(Task brief):
Emit an exact copy of the lines running from the start of the records to the line containing "f 282 281 283", both included.

(Extracted entries):
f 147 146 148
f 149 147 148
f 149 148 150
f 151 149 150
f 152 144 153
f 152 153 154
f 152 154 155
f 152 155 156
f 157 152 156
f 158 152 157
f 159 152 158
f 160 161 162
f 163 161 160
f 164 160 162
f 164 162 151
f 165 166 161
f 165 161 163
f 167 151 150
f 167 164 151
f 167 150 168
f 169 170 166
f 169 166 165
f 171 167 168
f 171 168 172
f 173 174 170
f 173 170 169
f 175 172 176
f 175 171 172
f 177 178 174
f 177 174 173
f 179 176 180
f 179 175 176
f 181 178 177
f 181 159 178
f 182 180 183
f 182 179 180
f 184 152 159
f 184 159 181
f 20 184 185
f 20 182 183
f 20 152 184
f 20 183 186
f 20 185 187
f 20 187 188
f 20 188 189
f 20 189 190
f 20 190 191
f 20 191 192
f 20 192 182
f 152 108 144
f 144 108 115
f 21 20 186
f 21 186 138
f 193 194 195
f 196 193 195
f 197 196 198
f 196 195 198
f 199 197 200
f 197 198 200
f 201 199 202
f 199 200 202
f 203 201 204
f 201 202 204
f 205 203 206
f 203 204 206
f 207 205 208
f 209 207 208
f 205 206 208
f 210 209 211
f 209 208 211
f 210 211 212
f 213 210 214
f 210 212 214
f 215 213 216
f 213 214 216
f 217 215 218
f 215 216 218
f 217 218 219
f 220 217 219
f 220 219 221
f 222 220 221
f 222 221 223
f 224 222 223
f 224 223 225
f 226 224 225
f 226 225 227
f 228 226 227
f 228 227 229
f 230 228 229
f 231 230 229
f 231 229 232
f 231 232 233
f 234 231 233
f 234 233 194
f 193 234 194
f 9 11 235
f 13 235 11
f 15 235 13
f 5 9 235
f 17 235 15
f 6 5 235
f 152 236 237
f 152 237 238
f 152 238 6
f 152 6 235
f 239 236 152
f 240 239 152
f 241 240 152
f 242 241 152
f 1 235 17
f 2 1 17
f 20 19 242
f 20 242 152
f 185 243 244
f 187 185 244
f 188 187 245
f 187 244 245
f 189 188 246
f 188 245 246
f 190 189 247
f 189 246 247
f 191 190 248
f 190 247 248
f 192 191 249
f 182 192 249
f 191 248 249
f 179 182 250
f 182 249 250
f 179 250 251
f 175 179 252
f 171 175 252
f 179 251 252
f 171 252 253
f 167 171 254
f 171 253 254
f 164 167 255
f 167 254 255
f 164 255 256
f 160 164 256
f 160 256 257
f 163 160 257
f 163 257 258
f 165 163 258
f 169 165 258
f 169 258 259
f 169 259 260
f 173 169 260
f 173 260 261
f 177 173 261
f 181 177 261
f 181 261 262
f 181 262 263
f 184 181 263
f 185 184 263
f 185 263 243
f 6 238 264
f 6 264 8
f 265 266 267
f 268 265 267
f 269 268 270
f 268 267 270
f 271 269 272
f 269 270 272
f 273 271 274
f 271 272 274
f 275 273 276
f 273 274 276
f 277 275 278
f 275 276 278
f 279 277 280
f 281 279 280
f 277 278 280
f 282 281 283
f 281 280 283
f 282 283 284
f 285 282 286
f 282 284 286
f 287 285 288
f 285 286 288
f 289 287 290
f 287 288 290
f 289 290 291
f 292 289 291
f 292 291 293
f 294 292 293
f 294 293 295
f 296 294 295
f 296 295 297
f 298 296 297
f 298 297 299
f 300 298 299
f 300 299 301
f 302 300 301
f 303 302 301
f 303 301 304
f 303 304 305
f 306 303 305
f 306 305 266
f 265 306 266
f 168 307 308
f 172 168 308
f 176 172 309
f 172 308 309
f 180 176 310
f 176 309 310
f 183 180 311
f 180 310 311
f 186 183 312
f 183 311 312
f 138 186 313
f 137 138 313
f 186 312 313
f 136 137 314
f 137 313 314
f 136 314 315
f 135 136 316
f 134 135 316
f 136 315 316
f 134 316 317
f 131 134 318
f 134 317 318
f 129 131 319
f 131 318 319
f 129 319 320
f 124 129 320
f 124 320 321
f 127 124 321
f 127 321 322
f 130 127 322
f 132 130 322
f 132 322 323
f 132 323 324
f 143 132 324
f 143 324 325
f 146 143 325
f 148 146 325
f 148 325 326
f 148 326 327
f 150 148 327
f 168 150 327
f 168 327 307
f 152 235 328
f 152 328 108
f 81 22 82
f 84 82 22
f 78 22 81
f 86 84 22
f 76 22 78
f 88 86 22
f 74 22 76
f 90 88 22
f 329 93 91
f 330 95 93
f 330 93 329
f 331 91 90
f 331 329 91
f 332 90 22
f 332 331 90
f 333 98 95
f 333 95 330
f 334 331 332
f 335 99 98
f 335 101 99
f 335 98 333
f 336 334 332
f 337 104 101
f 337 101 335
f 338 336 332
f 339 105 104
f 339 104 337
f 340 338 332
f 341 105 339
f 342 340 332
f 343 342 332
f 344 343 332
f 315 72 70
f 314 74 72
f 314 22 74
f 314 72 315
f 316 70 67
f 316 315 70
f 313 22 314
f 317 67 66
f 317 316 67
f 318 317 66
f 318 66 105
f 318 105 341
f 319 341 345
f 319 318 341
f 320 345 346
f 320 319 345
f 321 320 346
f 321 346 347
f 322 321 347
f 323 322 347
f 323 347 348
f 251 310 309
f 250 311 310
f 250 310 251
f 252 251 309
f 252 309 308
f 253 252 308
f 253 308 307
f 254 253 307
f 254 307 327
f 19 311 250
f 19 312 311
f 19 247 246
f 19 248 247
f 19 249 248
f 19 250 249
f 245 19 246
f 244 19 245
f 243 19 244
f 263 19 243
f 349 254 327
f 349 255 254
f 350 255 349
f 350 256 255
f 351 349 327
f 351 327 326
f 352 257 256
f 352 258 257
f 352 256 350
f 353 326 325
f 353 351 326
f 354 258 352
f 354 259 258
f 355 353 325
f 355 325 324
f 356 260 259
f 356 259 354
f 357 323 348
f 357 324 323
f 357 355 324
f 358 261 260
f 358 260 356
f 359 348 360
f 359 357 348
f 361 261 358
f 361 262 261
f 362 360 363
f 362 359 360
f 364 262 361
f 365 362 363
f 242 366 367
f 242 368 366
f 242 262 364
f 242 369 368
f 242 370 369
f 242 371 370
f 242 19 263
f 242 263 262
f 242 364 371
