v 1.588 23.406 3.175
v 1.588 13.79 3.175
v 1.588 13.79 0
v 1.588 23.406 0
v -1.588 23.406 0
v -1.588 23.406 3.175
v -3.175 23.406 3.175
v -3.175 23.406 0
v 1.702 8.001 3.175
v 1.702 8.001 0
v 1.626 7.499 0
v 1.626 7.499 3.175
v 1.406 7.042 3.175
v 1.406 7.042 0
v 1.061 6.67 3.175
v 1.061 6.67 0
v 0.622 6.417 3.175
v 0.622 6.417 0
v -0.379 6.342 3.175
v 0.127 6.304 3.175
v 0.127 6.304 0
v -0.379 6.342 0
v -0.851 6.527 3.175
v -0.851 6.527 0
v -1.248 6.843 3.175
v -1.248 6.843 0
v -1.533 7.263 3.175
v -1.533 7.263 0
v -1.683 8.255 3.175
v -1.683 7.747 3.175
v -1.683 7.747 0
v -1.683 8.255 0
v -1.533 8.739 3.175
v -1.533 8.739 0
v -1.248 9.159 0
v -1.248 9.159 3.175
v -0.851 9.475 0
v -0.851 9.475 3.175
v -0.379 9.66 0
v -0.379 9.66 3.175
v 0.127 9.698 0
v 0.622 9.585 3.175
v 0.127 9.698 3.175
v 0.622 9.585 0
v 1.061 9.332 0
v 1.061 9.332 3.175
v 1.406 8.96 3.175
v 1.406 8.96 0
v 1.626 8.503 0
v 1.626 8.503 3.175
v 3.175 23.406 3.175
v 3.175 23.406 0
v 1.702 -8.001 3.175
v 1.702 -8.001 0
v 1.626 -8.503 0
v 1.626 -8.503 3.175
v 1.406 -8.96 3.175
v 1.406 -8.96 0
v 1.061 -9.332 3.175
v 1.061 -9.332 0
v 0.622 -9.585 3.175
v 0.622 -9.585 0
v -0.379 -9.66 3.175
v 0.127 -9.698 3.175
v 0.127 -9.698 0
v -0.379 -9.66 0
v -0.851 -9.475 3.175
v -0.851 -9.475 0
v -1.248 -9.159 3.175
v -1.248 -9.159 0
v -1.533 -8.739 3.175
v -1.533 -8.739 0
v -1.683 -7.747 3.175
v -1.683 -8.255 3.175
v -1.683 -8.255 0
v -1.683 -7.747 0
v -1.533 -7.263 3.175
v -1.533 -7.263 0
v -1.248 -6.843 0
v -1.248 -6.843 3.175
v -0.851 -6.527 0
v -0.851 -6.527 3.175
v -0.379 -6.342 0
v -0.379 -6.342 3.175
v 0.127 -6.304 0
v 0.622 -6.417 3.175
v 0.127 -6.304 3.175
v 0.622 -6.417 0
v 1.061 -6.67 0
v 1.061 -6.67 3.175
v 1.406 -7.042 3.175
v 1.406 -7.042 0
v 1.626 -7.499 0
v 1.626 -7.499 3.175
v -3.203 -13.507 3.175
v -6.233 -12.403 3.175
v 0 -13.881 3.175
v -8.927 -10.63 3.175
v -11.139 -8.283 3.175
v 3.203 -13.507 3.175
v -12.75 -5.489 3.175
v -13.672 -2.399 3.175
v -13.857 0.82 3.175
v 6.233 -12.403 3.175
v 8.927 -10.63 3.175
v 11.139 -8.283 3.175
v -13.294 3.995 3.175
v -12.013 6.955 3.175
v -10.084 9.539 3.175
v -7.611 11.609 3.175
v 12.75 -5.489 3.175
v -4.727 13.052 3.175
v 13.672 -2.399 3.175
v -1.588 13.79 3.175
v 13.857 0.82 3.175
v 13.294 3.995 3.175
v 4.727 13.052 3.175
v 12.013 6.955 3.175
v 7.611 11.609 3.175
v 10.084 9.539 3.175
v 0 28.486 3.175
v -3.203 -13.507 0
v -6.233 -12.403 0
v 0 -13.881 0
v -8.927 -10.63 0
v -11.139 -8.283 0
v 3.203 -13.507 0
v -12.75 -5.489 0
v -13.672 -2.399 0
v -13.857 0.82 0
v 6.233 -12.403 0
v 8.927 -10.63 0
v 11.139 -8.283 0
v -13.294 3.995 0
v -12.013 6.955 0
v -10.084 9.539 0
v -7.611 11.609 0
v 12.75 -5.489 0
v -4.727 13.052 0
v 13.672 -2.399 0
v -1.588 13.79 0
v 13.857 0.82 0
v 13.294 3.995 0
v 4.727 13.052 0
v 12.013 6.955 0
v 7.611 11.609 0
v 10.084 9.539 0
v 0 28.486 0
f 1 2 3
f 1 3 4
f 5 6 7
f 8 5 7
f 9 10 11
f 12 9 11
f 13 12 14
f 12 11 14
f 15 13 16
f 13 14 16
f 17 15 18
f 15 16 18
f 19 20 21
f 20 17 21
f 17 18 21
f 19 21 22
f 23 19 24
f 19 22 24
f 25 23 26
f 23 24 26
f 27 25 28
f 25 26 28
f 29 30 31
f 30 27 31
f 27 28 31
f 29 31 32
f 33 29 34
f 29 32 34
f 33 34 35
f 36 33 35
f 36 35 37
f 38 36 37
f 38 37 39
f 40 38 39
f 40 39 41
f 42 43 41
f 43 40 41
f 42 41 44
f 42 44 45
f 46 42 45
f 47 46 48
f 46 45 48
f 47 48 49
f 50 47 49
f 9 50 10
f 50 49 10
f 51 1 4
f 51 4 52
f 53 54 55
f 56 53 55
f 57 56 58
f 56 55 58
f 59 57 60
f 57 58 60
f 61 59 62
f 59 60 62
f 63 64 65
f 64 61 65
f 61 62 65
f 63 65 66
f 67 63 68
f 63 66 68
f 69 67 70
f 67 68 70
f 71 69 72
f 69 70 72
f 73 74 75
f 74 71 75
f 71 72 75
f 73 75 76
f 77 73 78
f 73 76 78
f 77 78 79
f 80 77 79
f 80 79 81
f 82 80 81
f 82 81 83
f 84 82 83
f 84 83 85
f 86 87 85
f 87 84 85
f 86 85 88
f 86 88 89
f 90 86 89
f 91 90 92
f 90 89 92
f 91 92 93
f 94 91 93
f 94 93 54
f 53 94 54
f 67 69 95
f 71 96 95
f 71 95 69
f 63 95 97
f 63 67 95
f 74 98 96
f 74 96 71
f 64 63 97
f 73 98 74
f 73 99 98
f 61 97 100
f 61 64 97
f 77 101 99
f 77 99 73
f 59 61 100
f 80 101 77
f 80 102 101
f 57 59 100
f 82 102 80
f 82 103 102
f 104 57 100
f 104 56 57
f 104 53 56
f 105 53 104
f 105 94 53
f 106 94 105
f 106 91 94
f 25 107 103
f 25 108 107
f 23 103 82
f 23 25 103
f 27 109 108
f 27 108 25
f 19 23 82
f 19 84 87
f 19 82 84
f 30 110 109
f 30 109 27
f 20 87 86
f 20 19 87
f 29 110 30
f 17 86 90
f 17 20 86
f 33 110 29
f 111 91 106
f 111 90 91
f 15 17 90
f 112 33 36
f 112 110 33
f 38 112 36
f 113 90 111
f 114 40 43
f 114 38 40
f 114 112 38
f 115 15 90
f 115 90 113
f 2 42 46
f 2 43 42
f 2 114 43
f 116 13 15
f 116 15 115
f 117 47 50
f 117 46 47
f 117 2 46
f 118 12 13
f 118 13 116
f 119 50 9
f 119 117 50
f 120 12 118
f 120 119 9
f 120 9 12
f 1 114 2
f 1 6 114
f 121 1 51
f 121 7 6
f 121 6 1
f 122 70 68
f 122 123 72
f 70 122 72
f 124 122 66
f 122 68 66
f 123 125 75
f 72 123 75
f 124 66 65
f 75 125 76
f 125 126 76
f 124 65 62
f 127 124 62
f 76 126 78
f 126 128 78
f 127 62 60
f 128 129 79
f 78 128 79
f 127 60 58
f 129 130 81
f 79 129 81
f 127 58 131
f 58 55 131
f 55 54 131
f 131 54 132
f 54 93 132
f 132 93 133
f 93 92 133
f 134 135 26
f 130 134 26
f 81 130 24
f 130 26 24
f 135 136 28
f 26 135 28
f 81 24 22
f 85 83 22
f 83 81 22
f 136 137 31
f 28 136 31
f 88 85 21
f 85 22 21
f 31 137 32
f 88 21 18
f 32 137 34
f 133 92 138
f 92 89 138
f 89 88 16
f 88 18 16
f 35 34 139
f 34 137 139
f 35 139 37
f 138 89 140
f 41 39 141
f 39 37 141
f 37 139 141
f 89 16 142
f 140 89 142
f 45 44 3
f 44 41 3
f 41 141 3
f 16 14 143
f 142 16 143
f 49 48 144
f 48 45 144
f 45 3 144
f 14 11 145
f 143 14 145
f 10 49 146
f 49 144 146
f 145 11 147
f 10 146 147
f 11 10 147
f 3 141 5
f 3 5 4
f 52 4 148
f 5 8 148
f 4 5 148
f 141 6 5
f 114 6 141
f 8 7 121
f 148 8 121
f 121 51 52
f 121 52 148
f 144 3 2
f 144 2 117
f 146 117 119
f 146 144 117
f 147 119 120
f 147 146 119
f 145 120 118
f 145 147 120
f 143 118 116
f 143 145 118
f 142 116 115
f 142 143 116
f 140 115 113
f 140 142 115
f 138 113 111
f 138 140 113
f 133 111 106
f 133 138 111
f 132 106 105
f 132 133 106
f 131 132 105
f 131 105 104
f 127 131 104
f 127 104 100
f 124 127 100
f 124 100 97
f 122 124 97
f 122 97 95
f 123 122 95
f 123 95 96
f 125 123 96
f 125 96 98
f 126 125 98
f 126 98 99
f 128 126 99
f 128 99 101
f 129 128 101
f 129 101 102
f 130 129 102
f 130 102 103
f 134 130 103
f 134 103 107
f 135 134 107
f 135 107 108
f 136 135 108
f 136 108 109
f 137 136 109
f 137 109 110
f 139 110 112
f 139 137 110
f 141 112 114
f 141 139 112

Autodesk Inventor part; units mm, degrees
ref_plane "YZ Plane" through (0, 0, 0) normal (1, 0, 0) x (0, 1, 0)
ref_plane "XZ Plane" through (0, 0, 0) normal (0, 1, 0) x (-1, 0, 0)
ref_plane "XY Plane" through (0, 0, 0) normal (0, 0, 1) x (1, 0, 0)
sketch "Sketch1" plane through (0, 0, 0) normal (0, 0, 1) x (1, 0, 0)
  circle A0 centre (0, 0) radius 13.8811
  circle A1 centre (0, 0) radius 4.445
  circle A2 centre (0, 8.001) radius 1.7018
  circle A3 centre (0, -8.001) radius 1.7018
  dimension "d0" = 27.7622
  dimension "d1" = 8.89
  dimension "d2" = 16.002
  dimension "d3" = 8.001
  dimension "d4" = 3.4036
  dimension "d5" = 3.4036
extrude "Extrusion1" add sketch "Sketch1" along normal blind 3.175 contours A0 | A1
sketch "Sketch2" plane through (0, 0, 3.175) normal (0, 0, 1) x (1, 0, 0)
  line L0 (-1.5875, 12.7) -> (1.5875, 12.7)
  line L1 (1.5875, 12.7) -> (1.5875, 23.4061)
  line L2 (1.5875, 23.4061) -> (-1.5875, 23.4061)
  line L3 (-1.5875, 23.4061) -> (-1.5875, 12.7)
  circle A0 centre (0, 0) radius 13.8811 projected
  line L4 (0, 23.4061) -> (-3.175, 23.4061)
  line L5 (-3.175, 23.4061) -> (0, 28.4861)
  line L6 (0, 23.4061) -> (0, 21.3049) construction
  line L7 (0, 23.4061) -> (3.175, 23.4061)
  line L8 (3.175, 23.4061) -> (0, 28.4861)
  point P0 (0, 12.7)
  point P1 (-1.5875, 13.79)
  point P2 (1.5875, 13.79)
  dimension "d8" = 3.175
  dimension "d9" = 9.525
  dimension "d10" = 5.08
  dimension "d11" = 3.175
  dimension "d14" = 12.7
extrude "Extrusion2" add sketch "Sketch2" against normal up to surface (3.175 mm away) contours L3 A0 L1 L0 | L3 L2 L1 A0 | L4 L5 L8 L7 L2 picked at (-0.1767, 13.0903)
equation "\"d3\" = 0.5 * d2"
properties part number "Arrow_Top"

(Result below):
f 147 146 148
f 149 147 148
f 149 148 150
f 151 149 150
f 152 144 153
f 152 153 154
f 152 154 155
f 152 155 156
f 157 152 156
f 158 152 157
f 159 152 158
f 160 161 162
f 163 161 160
f 164 160 162
f 164 162 151
f 165 166 161
f 165 161 163
f 167 151 150
f 167 164 151
f 167 150 168
f 169 170 166
f 169 166 165
f 171 167 168
f 171 168 172
f 173 174 170
f 173 170 169
f 175 172 176
f 175 171 172
f 177 178 174
f 177 174 173
f 179 176 180
f 179 175 176
f 181 178 177
f 181 159 178
f 182 180 183
f 182 179 180
f 184 152 159
f 184 159 181
f 20 184 185
f 20 182 183
f 20 152 184
f 20 183 186
f 20 185 187
f 20 187 188
f 20 188 189
f 20 189 190
f 20 190 191
f 20 191 192
f 20 192 182
f 152 108 144
f 144 108 115
f 21 20 186
f 21 186 138
f 193 194 195
f 196 193 195
f 197 196 198
f 196 195 198
f 199 197 200
f 197 198 200
f 201 199 202
f 199 200 202
f 203 201 204
f 201 202 204
f 205 203 206
f 203 204 206
f 207 205 208
f 209 207 208
f 205 206 208
f 210 209 211
f 209 208 211
f 210 211 212
f 213 210 214
f 210 212 214
f 215 213 216
f 213 214 216
f 217 215 218
f 215 216 218
f 217 218 219
f 220 217 219
f 220 219 221
f 222 220 221
f 222 221 223
f 224 222 223
f 224 223 225
f 226 224 225
f 226 225 227
f 228 226 227
f 228 227 229
f 230 228 229
f 231 230 229
f 231 229 232
f 231 232 233
f 234 231 233
f 234 233 194
f 193 234 194
f 9 11 235
f 13 235 11
f 15 235 13
f 5 9 235
f 17 235 15
f 6 5 235
f 152 236 237
f 152 237 238
f 152 238 6
f 152 6 235
f 239 236 152
f 240 239 152
f 241 240 152
f 242 241 152
f 1 235 17
f 2 1 17
f 20 19 242
f 20 242 152
f 185 243 244
f 187 185 244
f 188 187 245
f 187 244 245
f 189 188 246
f 188 245 246
f 190 189 247
f 189 246 247
f 191 190 248
f 190 247 248
f 192 191 249
f 182 192 249
f 191 248 249
f 179 182 250
f 182 249 250
f 179 250 251
f 175 179 252
f 171 175 252
f 179 251 252
f 171 252 253
f 167 171 254
f 171 253 254
f 164 167 255
f 167 254 255
f 164 255 256
f 160 164 256
f 160 256 257
f 163 160 257
f 163 257 258
f 165 163 258
f 169 165 258
f 169 258 259
f 169 259 260
f 173 169 260
f 173 260 261
f 177 173 261
f 181 177 261
f 181 261 262
f 181 262 263
f 184 181 263
f 185 184 263
f 185 263 243
f 6 238 264
f 6 264 8
f 265 266 267
f 268 265 267
f 269 268 270
f 268 267 270
f 271 269 272
f 269 270 272
f 273 271 274
f 271 272 274
f 275 273 276
f 273 274 276
f 277 275 278
f 275 276 278
f 279 277 280
f 281 279 280
f 277 278 280
f 282 281 283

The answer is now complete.